I trained a random forest model and a KNN model, the former gave an r-squared of 0.90, and the latter had an r-squared of 0.86. The RF model could predict 95 % of testing data, and the KNN model could predict 92 %.
There are inconsistencies in the variable importance, as the most important variable in the RF model is ranked 4th or 5th in the KNN model VIP() calculations, and vise versa. What do you think about this inconsistency? is this situation, generally, not uncommon?
There would be inconsistencies between KNN and Random Forest when it comes to variance explained and to variable importance. Depending on how complex your data problem and features are the RF model might have better gauged the importance etc. It is hard to say which one captured the importance best given we know nothing about the size of your data, how it was collected and there is no good completely independent test set to compare against.
Overall - random forest is good at providing more consistent variable importance than KNN but this comes with a big disclaimer of it depends on a lot of other factors. The more important thing to determine is if you would cross fold do the estimates change drastically for your original importances. If they do vary drastically then you should evaluate those ranges and overlap and likely lead to the conclusion you cannot really determine the most important variables consistently.
Thank you for the reply. I did cross-fold the RF model by using the CV argument in the caret::train function with K-folds between 2 and 10. The variables are ranked in the same order regardless of the K-fold number. However, there is an odd observation when I refined the model and chose the five most important variables out of 10 in total. In the variable importance results of the refined model, (with 5 explanatory variables), the second-best variable in the 10-input variable model outranked the most important variable.
That can definitely happen.
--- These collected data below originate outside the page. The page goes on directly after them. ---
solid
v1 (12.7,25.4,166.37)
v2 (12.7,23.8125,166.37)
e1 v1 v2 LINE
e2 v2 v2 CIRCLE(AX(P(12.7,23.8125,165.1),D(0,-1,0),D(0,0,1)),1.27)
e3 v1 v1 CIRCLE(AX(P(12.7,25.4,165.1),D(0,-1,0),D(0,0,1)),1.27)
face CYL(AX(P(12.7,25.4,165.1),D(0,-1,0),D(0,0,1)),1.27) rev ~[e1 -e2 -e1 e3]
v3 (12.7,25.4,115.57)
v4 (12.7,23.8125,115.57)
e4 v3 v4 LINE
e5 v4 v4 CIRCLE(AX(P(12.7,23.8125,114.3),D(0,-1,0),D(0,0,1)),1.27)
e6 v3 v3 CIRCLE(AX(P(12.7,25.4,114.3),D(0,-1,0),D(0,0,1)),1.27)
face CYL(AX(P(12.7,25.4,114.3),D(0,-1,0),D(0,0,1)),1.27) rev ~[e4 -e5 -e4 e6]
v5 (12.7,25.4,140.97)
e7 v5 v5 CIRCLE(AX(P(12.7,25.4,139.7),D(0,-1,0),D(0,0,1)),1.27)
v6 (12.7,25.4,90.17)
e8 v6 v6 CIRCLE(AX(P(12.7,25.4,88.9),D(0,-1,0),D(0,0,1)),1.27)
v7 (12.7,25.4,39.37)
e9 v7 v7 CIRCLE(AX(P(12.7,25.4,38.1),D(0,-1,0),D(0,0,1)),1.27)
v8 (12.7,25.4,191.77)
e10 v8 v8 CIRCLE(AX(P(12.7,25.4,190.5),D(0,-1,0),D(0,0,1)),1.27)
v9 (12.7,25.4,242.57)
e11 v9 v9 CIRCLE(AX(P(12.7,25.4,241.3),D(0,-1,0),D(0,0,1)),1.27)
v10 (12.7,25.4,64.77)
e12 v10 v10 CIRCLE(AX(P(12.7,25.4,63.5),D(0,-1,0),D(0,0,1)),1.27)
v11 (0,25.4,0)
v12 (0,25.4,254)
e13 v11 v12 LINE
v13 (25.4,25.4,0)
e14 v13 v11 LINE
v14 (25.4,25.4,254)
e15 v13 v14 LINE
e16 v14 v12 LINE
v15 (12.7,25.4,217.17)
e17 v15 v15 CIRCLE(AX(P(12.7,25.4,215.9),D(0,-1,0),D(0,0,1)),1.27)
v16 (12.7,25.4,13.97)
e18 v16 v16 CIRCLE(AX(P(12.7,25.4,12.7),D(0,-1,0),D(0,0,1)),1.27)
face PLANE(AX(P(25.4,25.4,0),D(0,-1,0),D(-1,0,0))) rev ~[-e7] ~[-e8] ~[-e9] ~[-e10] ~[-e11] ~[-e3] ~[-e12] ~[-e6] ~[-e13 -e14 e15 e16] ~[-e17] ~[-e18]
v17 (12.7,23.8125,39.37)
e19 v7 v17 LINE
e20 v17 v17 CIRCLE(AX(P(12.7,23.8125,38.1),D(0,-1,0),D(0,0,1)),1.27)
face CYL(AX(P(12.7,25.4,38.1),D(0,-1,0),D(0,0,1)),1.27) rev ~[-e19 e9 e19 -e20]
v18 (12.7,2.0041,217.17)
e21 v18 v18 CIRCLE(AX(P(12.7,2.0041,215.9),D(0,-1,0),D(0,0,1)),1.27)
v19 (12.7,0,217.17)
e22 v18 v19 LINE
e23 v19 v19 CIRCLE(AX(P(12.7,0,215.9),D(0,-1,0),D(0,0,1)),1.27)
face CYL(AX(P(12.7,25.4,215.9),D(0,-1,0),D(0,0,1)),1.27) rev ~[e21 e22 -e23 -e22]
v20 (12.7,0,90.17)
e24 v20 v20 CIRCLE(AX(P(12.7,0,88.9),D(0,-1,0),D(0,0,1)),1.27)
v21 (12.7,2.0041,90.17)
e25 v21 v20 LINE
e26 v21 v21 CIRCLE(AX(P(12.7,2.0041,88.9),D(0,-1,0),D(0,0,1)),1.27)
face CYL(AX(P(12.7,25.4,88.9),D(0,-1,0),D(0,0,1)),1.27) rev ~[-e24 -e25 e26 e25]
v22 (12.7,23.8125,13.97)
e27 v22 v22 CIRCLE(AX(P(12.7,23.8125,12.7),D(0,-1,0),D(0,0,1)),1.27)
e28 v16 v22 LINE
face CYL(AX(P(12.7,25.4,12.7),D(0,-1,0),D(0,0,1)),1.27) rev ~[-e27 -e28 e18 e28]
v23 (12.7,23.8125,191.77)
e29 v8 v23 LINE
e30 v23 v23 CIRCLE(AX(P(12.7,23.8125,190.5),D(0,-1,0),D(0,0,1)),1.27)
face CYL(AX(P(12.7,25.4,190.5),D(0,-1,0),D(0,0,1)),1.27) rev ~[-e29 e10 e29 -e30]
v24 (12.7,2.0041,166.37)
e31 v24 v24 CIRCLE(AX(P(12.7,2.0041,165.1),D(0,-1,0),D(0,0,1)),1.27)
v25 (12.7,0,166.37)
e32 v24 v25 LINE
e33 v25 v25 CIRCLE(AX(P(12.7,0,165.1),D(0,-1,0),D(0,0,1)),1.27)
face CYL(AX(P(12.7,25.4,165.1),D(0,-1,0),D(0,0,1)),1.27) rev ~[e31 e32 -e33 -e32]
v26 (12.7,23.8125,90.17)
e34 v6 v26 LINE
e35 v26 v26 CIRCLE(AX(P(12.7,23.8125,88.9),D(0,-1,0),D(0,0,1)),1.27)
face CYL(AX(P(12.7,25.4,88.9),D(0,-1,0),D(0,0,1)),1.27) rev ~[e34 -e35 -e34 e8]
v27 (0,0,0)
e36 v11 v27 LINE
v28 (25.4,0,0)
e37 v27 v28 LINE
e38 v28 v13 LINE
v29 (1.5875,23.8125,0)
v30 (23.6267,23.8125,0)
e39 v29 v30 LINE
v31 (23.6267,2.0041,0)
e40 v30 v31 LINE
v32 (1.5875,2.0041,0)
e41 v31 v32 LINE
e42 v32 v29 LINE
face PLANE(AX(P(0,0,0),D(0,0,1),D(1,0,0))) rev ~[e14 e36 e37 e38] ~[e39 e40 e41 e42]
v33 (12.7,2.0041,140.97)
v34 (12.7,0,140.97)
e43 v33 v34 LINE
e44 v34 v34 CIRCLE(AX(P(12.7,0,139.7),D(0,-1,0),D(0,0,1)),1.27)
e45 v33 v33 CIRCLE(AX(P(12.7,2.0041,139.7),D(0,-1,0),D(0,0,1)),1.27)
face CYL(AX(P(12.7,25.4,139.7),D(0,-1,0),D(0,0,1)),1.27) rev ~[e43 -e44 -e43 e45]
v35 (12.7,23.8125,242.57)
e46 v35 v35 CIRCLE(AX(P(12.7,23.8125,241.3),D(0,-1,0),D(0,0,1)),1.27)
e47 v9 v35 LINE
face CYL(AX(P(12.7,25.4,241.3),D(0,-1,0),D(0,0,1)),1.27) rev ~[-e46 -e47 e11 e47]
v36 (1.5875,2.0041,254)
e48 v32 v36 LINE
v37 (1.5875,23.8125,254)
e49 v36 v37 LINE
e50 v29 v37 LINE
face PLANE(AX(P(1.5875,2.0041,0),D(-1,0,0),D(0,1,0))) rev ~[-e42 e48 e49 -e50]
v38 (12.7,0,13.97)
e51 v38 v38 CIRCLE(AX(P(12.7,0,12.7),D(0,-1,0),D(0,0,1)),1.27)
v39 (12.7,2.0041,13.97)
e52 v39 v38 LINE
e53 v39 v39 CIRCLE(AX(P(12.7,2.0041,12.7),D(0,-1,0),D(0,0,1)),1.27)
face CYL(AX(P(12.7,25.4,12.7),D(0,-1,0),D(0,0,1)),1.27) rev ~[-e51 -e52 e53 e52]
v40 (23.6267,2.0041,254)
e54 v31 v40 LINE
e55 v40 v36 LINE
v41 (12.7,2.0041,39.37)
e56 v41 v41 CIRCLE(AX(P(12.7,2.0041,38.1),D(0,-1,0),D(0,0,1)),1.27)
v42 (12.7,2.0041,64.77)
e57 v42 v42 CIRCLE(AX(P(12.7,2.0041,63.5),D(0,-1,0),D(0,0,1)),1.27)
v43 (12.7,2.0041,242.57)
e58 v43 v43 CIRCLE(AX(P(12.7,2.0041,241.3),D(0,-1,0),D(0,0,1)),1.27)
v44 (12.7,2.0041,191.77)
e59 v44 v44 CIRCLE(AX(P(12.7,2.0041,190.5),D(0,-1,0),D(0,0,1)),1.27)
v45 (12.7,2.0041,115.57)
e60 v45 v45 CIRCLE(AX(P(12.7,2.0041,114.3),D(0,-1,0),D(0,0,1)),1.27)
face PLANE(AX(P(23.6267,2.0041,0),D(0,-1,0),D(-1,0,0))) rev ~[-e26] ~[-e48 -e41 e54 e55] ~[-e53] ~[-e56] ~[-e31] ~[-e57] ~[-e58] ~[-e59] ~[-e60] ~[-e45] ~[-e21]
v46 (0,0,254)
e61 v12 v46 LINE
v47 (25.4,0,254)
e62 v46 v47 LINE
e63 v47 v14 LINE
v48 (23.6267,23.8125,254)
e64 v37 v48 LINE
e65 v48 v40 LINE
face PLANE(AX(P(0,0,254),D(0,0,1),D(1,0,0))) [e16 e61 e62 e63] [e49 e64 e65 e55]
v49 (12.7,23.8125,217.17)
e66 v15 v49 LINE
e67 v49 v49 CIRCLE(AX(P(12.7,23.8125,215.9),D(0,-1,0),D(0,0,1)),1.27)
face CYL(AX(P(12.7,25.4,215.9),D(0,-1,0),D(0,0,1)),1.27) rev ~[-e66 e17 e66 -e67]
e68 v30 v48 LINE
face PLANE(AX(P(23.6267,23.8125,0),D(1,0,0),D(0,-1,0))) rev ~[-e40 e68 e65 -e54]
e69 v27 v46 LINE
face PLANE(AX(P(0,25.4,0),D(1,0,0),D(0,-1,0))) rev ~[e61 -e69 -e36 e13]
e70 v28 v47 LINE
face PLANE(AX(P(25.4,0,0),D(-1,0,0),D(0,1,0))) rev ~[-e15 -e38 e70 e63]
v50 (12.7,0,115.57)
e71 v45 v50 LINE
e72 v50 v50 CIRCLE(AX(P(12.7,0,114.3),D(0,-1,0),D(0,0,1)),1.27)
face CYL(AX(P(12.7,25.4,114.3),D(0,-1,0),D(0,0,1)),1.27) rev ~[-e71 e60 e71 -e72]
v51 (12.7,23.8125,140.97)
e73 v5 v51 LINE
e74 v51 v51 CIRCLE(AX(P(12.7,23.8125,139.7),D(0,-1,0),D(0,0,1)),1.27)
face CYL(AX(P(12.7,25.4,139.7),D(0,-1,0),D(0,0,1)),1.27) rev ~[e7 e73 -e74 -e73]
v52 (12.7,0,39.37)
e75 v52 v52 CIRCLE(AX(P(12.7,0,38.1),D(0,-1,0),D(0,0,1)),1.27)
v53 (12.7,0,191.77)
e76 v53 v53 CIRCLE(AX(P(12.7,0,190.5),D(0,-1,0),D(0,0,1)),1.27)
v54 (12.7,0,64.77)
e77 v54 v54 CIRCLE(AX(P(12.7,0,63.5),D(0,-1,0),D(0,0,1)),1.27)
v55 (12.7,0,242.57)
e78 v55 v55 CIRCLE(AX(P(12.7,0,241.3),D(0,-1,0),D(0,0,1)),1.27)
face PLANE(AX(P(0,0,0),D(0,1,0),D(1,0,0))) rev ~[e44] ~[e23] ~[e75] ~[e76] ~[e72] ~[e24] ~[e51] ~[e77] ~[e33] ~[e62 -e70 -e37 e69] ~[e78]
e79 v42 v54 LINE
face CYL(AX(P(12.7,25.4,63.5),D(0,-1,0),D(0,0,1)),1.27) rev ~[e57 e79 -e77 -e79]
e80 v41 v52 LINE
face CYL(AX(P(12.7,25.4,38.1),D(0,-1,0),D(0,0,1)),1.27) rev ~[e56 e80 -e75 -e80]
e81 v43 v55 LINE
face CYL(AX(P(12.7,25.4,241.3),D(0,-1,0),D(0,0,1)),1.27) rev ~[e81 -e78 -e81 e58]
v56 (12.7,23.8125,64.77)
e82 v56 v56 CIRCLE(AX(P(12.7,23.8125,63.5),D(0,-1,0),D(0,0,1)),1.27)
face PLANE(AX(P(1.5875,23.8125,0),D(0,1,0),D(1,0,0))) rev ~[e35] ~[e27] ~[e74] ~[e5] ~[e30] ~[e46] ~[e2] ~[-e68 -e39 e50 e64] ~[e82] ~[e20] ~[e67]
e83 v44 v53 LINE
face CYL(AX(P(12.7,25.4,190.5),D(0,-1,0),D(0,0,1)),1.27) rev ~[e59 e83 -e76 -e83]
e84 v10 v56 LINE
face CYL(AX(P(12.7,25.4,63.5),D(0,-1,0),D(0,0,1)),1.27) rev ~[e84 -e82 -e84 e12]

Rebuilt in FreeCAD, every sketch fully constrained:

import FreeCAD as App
import Part
import Sketcher
Q = App.Units.Quantity

doc = App.newDocument("Part")
body = doc.addObject("PartDesign::Body", "Body")

# Sketch on XY plane
sketch1 = doc.addObject("Sketcher::SketchObject", "Sketch")
body.addObject(sketch1)
sketch1.AttachmentSupport = (doc.XY_Plane, [""])
sketch1.MapMode = "FlatFace"
sketch1.addGeometry(Part.LineSegment(App.Vector(0, 25, 0), App.Vector(0, 0, 0)), False)
sketch1.addGeometry(Part.LineSegment(App.Vector(0, 0, 0), App.Vector(25, 0, 0)), False)
sketch1.addGeometry(Part.LineSegment(App.Vector(25, 0, 0), App.Vector(25, 25, 0)), False)
sketch1.addGeometry(Part.LineSegment(App.Vector(25, 25, 0), App.Vector(0, 25, 0)), False)
sketch1.addGeometry(Part.LineSegment(App.Vector(2, 2, 0), App.Vector(2, 24, 0)), False)
sketch1.addGeometry(Part.LineSegment(App.Vector(2, 24, 0), App.Vector(24, 24, 0)), False)
sketch1.addGeometry(Part.LineSegment(App.Vector(24, 24, 0), App.Vector(24, 2, 0)), False)
sketch1.addGeometry(Part.LineSegment(App.Vector(24, 2, 0), App.Vector(2, 2, 0)), False)
sketch1.addConstraint(Sketcher.Constraint("Coincident", 0, 2, 1, 1))
sketch1.addConstraint(Sketcher.Constraint("Coincident", 1, 2, 2, 1))
sketch1.addConstraint(Sketcher.Constraint("Coincident", 2, 2, 3, 1))
sketch1.addConstraint(Sketcher.Constraint("Coincident", 3, 2, 0, 1))
sketch1.addConstraint(Sketcher.Constraint("Coincident", 4, 2, 5, 1))
sketch1.addConstraint(Sketcher.Constraint("Coincident", 5, 2, 6, 1))
sketch1.addConstraint(Sketcher.Constraint("Coincident", 6, 2, 7, 1))
sketch1.addConstraint(Sketcher.Constraint("Coincident", 7, 2, 4, 1))
sketch1.addConstraint(Sketcher.Constraint("Vertical", 0))
sketch1.addConstraint(Sketcher.Constraint("Horizontal", 1))
sketch1.addConstraint(Sketcher.Constraint("Vertical", 2))
sketch1.addConstraint(Sketcher.Constraint("Horizontal", 3))
sketch1.addConstraint(Sketcher.Constraint("Vertical", 4))
sketch1.addConstraint(Sketcher.Constraint("Horizontal", 5))
sketch1.addConstraint(Sketcher.Constraint("Vertical", 6))
sketch1.addConstraint(Sketcher.Constraint("Horizontal", 7))
sketch1.addConstraint(Sketcher.Constraint("Coincident", 0, 2, -1, 1))
sketch1.addConstraint(Sketcher.Constraint("Equal", 3, 0))
sketch1.addConstraint(Sketcher.Constraint("DistanceX", 1, 1, 1, 2, Q("1 in")))
sketch1.addConstraint(Sketcher.Constraint("DistanceX", -1, 1, 4, 2, Q("0.0625 in")))
sketch1.addConstraint(Sketcher.Constraint("DistanceY", 4, 2, 3, 2, Q("0.0625 in")))
sketch1.addConstraint(Sketcher.Constraint("DistanceY", 4, 1, 4, 2, Q("0.8586 in")))
sketch1.addConstraint(Sketcher.Constraint("DistanceX", 5, 1, 5, 2, 22.0392))
pad1 = doc.addObject("PartDesign::Pad", "Pad")
body.addObject(pad1)
pad1.Profile = sketch1
pad1.Length = Q("10 in")

# Sketch on XZ plane
sketch2 = doc.addObject("Sketcher::SketchObject", "Sketch001")
body.addObject(sketch2)
sketch2.AttachmentSupport = (doc.XZ_Plane, [""])
sketch2.MapMode = "FlatFace"
sketch2.AttachmentOffset = App.Placement(App.Vector(0, 0, -1 * 25.4), App.Rotation())
sketch2.addGeometry(Part.Circle(App.Vector(12.7, 12.7, 0), App.Vector(0, 0, 1), 1.3), False)
sketch2.addGeometry(Part.Circle(App.Vector(12.7, 38.1, 0), App.Vector(0, 0, 1), 1.3), False)
sketch2.addGeometry(Part.Circle(App.Vector(12.7, 63.5, 0), App.Vector(0, 0, 1), 1.3), False)
sketch2.addGeometry(Part.Circle(App.Vector(12.7, 88.9, 0), App.Vector(0, 0, 1), 1.3), False)
sketch2.addGeometry(Part.Circle(App.Vector(12.7, 114.3, 0), App.Vector(0, 0, 1), 1.3), False)
sketch2.addGeometry(Part.Circle(App.Vector(12.7, 139.7, 0), App.Vector(0, 0, 1), 1.3), False)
In the 10 variable model the second-best variable likely shared "information" with other variables in the set but in the reduced set it contributed more than the other 4 that were added. Therefore, you can end in up in a situation where the most important will differ depending on what else is included (once again it depends on how big that difference was to begin with because your exact number is technically an estimate and there will be a range). This is why order effects are so dangerous in normal backward/forward regressions. This is where I typically prefer to do best subset regressions and see ideal n number of IVs sets against the DV.
Thank you so much for your quick replies, it means a lot to me.
Also, I was wondering if independent variables are highly correlated, would that weaken the output of the random forest model? I mean, can I still trust the r-squared and other metrics of an RF model, despite the presence of multicollinearity?